> PROBLEM TO SOLVE
Reproduce exactly, from the data that follows, the line with "v -0.339 -24.612 1.612", the line with "v -80.35 2 162.7", and every line that lies between them.

> Dataset items
=====
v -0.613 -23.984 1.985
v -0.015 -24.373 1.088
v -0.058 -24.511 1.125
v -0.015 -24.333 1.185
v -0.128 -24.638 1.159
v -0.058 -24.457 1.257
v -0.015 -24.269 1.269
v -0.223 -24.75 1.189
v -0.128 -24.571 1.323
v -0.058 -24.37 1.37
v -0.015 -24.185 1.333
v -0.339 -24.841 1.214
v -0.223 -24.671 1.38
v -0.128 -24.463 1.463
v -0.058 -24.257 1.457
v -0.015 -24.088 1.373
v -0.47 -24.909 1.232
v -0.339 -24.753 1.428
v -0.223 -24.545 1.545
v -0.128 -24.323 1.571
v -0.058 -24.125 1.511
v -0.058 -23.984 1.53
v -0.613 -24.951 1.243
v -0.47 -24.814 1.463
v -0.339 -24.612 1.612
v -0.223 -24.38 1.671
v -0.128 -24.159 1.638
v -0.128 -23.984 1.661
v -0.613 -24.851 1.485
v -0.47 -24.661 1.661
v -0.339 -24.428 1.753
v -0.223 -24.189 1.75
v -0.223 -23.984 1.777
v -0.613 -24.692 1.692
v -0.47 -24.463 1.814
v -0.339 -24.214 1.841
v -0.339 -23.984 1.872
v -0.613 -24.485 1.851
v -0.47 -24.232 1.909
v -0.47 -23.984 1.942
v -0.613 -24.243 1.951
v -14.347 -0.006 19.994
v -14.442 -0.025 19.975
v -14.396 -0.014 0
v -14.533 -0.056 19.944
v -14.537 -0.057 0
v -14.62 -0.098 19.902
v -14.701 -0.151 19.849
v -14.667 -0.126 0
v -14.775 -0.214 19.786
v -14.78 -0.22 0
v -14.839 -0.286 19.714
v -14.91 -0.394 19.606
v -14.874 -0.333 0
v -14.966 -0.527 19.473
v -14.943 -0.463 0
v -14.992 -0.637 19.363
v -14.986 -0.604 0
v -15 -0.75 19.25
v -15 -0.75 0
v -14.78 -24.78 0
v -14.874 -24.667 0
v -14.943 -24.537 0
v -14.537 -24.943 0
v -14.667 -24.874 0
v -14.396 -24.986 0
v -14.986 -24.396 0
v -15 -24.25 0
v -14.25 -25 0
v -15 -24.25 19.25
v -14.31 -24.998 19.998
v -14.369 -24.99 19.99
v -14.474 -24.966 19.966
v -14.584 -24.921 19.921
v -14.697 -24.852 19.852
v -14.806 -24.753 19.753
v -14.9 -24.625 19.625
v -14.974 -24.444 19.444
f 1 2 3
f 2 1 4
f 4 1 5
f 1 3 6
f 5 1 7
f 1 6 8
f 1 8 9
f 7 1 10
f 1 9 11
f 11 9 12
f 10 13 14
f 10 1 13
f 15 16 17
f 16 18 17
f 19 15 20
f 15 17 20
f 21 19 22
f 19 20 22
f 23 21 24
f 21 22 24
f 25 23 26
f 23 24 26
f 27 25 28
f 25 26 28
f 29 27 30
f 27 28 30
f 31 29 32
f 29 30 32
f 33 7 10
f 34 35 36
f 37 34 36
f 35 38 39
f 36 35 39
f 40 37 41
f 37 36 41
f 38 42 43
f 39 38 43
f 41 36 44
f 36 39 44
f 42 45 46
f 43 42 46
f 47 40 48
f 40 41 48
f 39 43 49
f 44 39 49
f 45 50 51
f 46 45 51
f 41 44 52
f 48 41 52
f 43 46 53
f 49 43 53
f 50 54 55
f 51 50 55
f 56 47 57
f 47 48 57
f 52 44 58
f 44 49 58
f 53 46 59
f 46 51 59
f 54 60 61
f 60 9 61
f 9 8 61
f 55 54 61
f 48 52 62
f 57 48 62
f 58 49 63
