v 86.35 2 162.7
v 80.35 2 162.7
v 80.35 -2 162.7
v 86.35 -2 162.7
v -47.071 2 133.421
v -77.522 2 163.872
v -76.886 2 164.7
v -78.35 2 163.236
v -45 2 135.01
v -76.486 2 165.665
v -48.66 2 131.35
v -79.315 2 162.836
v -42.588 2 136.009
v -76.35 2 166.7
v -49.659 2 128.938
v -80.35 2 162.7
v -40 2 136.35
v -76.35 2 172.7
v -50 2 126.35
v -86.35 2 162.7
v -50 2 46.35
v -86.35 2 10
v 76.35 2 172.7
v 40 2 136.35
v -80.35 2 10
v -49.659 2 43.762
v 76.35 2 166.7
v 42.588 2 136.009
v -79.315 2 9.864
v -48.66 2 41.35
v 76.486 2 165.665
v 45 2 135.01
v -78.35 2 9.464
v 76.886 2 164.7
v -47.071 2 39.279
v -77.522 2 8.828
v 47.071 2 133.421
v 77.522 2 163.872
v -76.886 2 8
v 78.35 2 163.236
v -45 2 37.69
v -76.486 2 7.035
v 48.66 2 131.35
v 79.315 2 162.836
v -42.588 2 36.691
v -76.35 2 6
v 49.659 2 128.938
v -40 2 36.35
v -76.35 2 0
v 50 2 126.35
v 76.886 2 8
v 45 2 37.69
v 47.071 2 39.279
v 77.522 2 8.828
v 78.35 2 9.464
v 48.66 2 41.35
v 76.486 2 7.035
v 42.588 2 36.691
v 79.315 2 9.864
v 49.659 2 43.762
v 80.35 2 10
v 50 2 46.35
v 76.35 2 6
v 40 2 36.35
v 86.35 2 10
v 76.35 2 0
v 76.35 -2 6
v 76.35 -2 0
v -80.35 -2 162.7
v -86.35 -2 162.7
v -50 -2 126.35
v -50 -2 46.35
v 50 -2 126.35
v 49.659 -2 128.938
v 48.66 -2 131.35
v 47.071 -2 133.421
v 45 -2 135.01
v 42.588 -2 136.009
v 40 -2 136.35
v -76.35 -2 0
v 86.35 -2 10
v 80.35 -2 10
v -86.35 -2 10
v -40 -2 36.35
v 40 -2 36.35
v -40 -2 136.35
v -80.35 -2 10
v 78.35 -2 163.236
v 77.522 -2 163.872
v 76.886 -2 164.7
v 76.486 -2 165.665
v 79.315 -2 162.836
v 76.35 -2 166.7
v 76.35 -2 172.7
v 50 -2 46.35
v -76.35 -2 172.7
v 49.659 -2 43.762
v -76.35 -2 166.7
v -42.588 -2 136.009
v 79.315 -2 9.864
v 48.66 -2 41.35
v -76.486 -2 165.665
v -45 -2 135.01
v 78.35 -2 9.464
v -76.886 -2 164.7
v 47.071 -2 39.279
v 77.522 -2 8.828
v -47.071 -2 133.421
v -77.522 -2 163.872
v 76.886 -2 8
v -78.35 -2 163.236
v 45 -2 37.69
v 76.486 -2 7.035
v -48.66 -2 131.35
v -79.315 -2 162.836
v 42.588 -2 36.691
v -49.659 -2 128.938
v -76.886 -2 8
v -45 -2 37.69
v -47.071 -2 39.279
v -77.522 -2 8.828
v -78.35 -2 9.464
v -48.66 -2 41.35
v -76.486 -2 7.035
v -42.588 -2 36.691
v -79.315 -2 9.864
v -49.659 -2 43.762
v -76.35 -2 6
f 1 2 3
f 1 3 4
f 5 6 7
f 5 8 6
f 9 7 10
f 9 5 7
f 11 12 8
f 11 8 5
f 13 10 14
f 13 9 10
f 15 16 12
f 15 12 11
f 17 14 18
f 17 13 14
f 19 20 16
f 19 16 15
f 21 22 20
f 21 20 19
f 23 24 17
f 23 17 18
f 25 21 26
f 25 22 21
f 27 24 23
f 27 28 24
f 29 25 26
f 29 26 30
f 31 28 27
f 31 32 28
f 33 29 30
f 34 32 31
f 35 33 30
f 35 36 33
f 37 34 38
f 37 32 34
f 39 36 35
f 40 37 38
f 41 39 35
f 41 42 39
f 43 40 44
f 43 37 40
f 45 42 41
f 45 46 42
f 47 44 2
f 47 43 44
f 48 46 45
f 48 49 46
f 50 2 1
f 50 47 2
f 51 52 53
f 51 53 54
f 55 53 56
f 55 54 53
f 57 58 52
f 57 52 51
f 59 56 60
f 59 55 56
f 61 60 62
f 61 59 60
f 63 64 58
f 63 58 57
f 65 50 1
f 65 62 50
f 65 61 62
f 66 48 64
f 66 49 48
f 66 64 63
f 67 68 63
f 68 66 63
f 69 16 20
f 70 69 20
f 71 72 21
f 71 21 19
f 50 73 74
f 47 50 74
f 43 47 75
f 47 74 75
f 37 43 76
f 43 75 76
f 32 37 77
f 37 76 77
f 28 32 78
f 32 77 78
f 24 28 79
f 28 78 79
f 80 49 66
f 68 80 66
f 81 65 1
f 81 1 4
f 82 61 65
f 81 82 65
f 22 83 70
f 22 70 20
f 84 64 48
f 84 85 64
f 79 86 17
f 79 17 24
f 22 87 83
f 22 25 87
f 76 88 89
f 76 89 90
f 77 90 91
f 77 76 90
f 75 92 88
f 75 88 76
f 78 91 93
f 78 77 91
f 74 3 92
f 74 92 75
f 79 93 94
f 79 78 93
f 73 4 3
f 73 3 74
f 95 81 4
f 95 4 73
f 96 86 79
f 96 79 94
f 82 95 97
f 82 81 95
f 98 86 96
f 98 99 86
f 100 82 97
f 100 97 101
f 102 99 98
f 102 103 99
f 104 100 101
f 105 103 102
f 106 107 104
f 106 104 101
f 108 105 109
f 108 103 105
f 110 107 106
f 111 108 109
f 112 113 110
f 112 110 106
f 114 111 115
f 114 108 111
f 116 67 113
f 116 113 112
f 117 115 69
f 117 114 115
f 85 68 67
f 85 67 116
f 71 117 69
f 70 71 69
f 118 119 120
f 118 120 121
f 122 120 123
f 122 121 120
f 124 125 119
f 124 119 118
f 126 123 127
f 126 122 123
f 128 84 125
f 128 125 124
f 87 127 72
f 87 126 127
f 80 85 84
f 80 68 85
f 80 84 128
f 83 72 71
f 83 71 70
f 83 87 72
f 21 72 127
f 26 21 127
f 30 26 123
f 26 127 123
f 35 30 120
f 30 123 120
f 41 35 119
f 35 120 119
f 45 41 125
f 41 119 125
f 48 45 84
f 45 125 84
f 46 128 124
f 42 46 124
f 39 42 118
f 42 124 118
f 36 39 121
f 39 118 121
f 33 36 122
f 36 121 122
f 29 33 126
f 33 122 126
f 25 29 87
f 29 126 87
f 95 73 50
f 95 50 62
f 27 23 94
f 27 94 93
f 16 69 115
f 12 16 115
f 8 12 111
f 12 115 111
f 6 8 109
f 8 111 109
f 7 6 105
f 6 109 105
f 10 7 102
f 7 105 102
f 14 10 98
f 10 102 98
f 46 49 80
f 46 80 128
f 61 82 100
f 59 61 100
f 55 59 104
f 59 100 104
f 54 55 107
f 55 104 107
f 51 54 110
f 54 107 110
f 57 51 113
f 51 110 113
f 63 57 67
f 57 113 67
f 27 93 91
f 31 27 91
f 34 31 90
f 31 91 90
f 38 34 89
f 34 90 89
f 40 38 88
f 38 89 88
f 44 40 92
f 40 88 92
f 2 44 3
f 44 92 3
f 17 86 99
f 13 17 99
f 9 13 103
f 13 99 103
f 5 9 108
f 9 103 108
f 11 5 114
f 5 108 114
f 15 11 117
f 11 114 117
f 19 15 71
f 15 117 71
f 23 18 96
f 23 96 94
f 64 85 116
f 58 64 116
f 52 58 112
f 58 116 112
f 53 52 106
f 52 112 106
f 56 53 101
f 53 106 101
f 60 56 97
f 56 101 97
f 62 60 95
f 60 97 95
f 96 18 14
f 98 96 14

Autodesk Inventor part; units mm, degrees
ref_plane "YZ Plane" through (0, 0, 0) normal (1, 0, 0) x (0, 1, 0)
ref_plane "XZ Plane" through (0, 0, 0) normal (0, 1, 0) x (-1, 0, 0)
ref_plane "XY Plane" through (0, 0, 0) normal (0, 0, 1) x (1, 0, 0)
sketch "Skizze1" plane through (0, 0, 0) normal (0, 0, 1) x (1, 0, 0)
  line L0 (-86.35, 2) -> (86.35, 2)
  line L1 (86.35, 2) -> (86.35, -2)
  line L2 (86.35, -2) -> (-86.35, -2)
  line L3 (-86.35, -2) -> (-86.35, 2)
  line L4 (-86.35, 2) -> (86.35, -2) construction
  line L5 (86.35, 2) -> (-86.35, -2) construction
  point P0 (0, 0)
  dimension "d0" = 4
  dimension "d1" = 172.7
extrude "Extrusion1" add sketch "Skizze1" along normal blind 172.7
sketch "Skizze2" plane through (-86.35, -2, 0) normal (0, -1, 0) x (1, 0, 0)
  line L0 (172.7, 0) -> (172.7, 172.7) projected
  line L1 (46.35, 136.35) -> (126.35, 136.35)
  line L2 (136.35, 126.35) -> (136.35, 46.35)
  line L3 (126.35, 36.35) -> (46.35, 36.35)
  line L4 (36.35, 46.35) -> (36.35, 126.35)
  line L5 (172.7, 0) -> (0, 0) projected
  line L6 (0, 0) -> (0, 172.7) projected
  line L7 (172.7, 172.7) -> (0, 172.7) projected
  arc A0 (46.35, 136.35) -> (36.35, 126.35) centre (46.35, 126.35) ccw
  arc A1 (36.35, 46.35) -> (46.35, 36.35) centre (46.35, 46.35) ccw
  arc A2 (126.35, 36.35) -> (136.35, 46.35) centre (126.35, 46.35) ccw
  arc A3 (136.35, 126.35) -> (126.35, 136.35) centre (126.35, 126.35) ccw
  point P0 (86.35, 0)
  point P1 (36.35, 136.35)
  point P2 (136.35, 136.35)
  point P3 (36.35, 36.35)
  dimension "d50" = 100
  dimension "d51" = 100
  dimension "d52" = 36.35
  dimension "d53" = 36.35
  dimension "d54" = 36.35
  dimension "d55" = 36.35
  dimension "d56" = 10
extrude "Extrusion2" cut sketch "Skizze2" against normal blind 10 contours L1 A3 L2 A2 L3 A1 L4 A0
sketch "Skizze3" plane through (-86.35, 2, 0) normal (0, 1, 0) x (1, 0, 0)
  line L0 (114.5855, -0.5055) -> (156.5746, -0.5055) construction
  line L1 (156.5746, -0.5055) -> (156.5746, -42.4946) construction
  line L2 (156.5746, -42.4946) -> (114.5855, -42.4946) construction
  line L3 (114.5855, -42.4946) -> (114.5855, -0.5055) construction
  point P0 (86.35, 0)
  dimension "d1" = 172.7
sketch "Skizze4" plane through (-86.35, 2, 0) normal (0, 1, 0) x (1, 0, 0)
  line L0 (0, -172.7) -> (172.7, -172.7) projected
  line L1 (0, -172.7) -> (10, -172.7)
  line L2 (10, -172.7) -> (10, -162.7)
  line L3 (10, -162.7) -> (0, -162.7)
  line L4 (0, -162.7) -> (0, -172.7)
  line L5 (0, 0) -> (0, -172.7) projected
  line L6 (0, 0) -> (10, 0)
  line L7 (10, 0) -> (10, -10)
  line L8 (10, -10) -> (0, -10)
  line L9 (0, -10) -> (0, 0)
  line L10 (172.7, 0) -> (162.7, 0)
  line L11 (162.7, 0) -> (162.7, -10)
  line L12 (162.7, -10) -> (172.7, -10)
  line L13 (172.7, -10) -> (172.7, 0)
  line L14 (172.7, 0) -> (172.7, -172.7) projected
  line L15 (172.7, -172.7) -> (162.7, -172.7)
  line L16 (162.7, -172.7) -> (162.7, -162.7)
  line L17 (162.7, -162.7) -> (172.7, -162.7)
  line L18 (172.7, -162.7) -> (172.7, -172.7)
  line L19 (172.7, 0) -> (0, 0) projected
  point P0 (86.35, 0)
  point P1 (0, -10)
  dimension "d57" = 10
  dimension "d58" = 10
  dimension "d59" = 10
  dimension "d60" = 10
  dimension "d61" = 10
  dimension "d62" = 10
  dimension "d63" = 10
extrude "Extrusion3" cut sketch "Skizze4" against normal blind 10 contours L4 L3 L2 L0 | L16 L17 L14 L0 | L5 L6 L7 L8 | L12 L11 L10 L13
fillet "Rundung1" radius 4 4 edges at (76.35, 0, 162.7) (76.35, 0, 10) (-76.35, 0, 10) (-76.35, 0, 162.7)
properties part number "Schutzglas_oben" material "Glas"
=====
> EXERCISE ANSWER
v -0.339 -24.612 1.612
v -0.223 -24.38 1.671
v -0.128 -24.159 1.638
v -0.128 -23.984 1.661
v -0.613 -24.851 1.485
v -0.47 -24.661 1.661
v -0.339 -24.428 1.753
v -0.223 -24.189 1.75
v -0.223 -23.984 1.777
v -0.613 -24.692 1.692
v -0.47 -24.463 1.814
v -0.339 -24.214 1.841
v -0.339 -23.984 1.872
v -0.613 -24.485 1.851
v -0.47 -24.232 1.909
v -0.47 -23.984 1.942
v -0.613 -24.243 1.951
v -14.347 -0.006 19.994
v -14.442 -0.025 19.975
v -14.396 -0.014 0
v -14.533 -0.056 19.944
v -14.537 -0.057 0
v -14.62 -0.098 19.902
v -14.701 -0.151 19.849
v -14.667 -0.126 0
v -14.775 -0.214 19.786
v -14.78 -0.22 0
v -14.839 -0.286 19.714
v -14.91 -0.394 19.606
v -14.874 -0.333 0
v -14.966 -0.527 19.473
v -14.943 -0.463 0
v -14.992 -0.637 19.363
v -14.986 -0.604 0
v -15 -0.75 19.25
v -15 -0.75 0
v -14.78 -24.78 0
v -14.874 -24.667 0
v -14.943 -24.537 0
v -14.537 -24.943 0
v -14.667 -24.874 0
v -14.396 -24.986 0
v -14.986 -24.396 0
v -15 -24.25 0
v -14.25 -25 0
v -15 -24.25 19.25
v -14.31 -24.998 19.998
v -14.369 -24.99 19.99
v -14.474 -24.966 19.966
v -14.584 -24.921 19.921
v -14.697 -24.852 19.852
v -14.806 -24.753 19.753
v -14.9 -24.625 19.625
v -14.974 -24.444 19.444
f 1 2 3
f 2 1 4
f 4 1 5
f 1 3 6
f 5 1 7
f 1 6 8
f 1 8 9
f 7 1 10
f 1 9 11
f 11 9 12
f 10 13 14
f 10 1 13
f 15 16 17
f 16 18 17
f 19 15 20
f 15 17 20
f 21 19 22
f 19 20 22
f 23 21 24
f 21 22 24
f 25 23 26
f 23 24 26
f 27 25 28
f 25 26 28
f 29 27 30
f 27 28 30
f 31 29 32
f 29 30 32
f 33 7 10
f 34 35 36
f 37 34 36
f 35 38 39
f 36 35 39
f 40 37 41
f 37 36 41
f 38 42 43
f 39 38 43
f 41 36 44
f 36 39 44
f 42 45 46
f 43 42 46
f 47 40 48
f 40 41 48
f 39 43 49
f 44 39 49
f 45 50 51
f 46 45 51
f 41 44 52
f 48 41 52
f 43 46 53
f 49 43 53
f 50 54 55
f 51 50 55
f 56 47 57
f 47 48 57
f 52 44 58
f 44 49 58
f 53 46 59
f 46 51 59
f 54 60 61
f 60 9 61
f 9 8 61
f 55 54 61
f 48 52 62
f 57 48 62
f 58 49 63
v 86.35 2 162.7
v 80.35 2 162.7
v 80.35 -2 162.7
v 86.35 -2 162.7
v -47.071 2 133.421
v -77.522 2 163.872
v -76.886 2 164.7
v -78.35 2 163.236
v -45 2 135.01
v -76.486 2 165.665
v -48.66 2 131.35
v -79.315 2 162.836
v -42.588 2 136.009
v -76.35 2 166.7
v -49.659 2 128.938
v -80.35 2 162.7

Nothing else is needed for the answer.